═══ Input for this task

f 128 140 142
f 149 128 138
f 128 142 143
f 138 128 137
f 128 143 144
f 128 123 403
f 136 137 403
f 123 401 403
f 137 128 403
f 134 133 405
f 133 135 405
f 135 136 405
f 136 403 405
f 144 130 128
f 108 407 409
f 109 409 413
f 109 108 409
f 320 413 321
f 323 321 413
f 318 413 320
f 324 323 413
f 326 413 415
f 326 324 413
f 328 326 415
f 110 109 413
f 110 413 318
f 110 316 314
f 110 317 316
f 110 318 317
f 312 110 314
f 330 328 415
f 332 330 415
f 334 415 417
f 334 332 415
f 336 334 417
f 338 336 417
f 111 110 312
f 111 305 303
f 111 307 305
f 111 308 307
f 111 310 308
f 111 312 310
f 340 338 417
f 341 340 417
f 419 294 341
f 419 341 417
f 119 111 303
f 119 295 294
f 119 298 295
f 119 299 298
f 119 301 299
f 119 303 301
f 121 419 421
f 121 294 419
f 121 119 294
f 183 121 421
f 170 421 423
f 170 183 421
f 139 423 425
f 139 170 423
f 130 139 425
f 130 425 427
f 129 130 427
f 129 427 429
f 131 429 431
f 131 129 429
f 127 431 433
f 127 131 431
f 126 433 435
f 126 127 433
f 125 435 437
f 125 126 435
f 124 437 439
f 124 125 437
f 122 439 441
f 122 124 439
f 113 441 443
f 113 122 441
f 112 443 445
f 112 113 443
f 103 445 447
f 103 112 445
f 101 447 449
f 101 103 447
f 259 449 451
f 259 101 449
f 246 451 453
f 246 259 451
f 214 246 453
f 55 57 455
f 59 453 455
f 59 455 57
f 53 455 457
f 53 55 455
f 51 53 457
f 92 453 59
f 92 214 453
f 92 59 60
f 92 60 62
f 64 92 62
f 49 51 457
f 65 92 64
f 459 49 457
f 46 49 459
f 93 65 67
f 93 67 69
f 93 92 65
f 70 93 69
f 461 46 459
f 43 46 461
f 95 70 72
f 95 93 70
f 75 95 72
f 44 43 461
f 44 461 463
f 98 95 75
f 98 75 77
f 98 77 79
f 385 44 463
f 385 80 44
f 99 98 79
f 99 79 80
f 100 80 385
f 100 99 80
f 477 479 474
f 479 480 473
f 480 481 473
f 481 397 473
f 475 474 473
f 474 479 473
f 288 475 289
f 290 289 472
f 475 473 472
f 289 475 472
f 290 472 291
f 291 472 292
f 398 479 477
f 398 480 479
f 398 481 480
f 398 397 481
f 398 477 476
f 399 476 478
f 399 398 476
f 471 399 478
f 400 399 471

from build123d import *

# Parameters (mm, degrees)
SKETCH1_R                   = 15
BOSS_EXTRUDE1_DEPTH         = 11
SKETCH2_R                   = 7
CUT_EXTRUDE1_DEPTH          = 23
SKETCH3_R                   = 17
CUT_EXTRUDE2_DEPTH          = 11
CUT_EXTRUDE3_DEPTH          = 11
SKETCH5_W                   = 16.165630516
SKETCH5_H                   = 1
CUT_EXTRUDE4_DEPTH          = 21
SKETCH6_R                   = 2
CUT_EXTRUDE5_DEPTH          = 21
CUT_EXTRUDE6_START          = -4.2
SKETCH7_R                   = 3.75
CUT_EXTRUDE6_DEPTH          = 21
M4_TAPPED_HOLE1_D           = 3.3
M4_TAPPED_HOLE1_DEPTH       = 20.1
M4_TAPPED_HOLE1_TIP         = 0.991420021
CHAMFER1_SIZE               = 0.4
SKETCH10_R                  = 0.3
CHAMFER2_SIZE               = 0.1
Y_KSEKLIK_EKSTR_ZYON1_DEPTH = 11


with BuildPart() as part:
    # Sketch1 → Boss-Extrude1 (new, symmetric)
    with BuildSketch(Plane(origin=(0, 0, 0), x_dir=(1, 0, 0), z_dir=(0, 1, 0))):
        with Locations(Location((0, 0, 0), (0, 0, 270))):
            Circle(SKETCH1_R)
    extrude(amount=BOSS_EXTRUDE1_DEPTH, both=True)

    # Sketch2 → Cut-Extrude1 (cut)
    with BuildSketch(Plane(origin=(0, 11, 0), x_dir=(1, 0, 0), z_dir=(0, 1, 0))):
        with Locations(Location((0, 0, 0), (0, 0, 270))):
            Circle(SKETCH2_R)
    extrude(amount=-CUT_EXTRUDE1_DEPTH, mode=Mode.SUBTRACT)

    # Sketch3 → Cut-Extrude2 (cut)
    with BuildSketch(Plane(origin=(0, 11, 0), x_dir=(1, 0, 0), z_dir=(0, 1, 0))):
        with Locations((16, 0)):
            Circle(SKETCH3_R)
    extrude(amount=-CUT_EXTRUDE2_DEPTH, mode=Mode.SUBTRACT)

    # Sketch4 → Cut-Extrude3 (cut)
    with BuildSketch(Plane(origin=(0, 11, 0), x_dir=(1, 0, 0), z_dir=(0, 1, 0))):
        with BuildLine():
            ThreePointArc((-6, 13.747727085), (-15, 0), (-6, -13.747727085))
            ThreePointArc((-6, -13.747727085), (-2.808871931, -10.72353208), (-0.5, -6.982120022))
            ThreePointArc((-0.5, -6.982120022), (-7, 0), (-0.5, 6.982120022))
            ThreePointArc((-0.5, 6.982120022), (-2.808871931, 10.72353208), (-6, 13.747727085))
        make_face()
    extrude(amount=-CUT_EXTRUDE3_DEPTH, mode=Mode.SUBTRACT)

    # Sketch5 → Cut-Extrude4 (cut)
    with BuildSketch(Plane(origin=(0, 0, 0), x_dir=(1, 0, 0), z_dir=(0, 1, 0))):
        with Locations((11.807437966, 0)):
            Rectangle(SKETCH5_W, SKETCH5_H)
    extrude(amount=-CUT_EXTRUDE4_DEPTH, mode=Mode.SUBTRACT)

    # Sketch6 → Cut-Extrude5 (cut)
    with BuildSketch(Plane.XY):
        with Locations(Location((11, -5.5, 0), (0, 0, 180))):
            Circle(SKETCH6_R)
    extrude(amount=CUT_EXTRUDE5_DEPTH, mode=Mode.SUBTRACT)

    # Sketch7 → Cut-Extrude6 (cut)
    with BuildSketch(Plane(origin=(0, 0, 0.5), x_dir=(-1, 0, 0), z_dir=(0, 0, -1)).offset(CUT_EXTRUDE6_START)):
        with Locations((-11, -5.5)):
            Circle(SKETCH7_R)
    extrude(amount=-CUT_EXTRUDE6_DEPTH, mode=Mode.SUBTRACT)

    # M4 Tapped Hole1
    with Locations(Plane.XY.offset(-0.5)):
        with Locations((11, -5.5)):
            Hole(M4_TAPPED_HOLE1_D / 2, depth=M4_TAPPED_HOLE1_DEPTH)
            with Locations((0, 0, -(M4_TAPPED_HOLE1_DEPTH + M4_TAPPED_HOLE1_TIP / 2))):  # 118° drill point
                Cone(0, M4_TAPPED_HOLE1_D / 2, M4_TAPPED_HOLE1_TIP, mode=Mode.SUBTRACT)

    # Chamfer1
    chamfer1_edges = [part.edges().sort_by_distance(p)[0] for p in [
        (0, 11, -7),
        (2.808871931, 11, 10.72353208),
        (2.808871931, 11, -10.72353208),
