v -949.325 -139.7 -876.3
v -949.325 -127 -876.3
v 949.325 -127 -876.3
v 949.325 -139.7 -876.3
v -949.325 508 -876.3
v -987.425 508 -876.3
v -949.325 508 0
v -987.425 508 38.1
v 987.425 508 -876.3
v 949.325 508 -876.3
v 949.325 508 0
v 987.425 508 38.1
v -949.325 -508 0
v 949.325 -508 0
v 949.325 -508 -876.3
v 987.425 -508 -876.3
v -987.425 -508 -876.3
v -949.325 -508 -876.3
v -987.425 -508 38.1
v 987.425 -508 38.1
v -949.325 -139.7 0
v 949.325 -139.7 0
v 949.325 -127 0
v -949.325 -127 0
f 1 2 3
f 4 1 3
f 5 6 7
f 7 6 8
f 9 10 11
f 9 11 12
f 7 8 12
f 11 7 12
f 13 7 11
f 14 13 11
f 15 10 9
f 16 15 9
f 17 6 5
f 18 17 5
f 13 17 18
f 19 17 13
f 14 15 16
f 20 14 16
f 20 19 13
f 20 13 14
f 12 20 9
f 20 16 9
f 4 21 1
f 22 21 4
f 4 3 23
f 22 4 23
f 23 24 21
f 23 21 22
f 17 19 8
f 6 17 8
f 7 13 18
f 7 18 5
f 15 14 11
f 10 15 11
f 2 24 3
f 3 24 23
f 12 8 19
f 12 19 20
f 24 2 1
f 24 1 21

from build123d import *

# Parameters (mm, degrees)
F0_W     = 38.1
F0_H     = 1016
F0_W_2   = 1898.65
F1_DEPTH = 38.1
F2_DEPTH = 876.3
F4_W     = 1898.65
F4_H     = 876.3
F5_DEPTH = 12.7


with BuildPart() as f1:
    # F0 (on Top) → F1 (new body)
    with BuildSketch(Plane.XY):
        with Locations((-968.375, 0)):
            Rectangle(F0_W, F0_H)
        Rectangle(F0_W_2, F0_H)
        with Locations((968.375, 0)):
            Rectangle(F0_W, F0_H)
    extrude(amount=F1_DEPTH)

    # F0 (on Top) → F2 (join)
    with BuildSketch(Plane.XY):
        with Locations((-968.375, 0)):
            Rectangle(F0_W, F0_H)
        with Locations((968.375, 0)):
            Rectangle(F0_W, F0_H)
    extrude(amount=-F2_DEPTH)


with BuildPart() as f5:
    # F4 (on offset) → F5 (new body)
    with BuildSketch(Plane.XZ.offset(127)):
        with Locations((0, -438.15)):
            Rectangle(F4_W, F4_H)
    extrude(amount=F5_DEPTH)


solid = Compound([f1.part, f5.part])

══════

* _Task details_
Which lines above run from the one containing "make_face()" down to the one containing "# Sketch7 → Cut-Extrude6 (cut)"? Repeat exactly those, both ends included, and nothing else.

* _Response to this task_
        make_face()
    extrude(amount=-CUT_EXTRUDE3_DEPTH, mode=Mode.SUBTRACT)

    # Sketch5 → Cut-Extrude4 (cut)
    with BuildSketch(Plane(origin=(0, 0, 0), x_dir=(1, 0, 0), z_dir=(0, 1, 0))):
        with Locations((11.807437966, 0)):
            Rectangle(SKETCH5_W, SKETCH5_H)
    extrude(amount=-CUT_EXTRUDE4_DEPTH, mode=Mode.SUBTRACT)

    # Sketch6 → Cut-Extrude5 (cut)
    with BuildSketch(Plane.XY):
        with Locations(Location((11, -5.5, 0), (0, 0, 180))):
            Circle(SKETCH6_R)
    extrude(amount=CUT_EXTRUDE5_DEPTH, mode=Mode.SUBTRACT)

    # Sketch7 → Cut-Extrude6 (cut)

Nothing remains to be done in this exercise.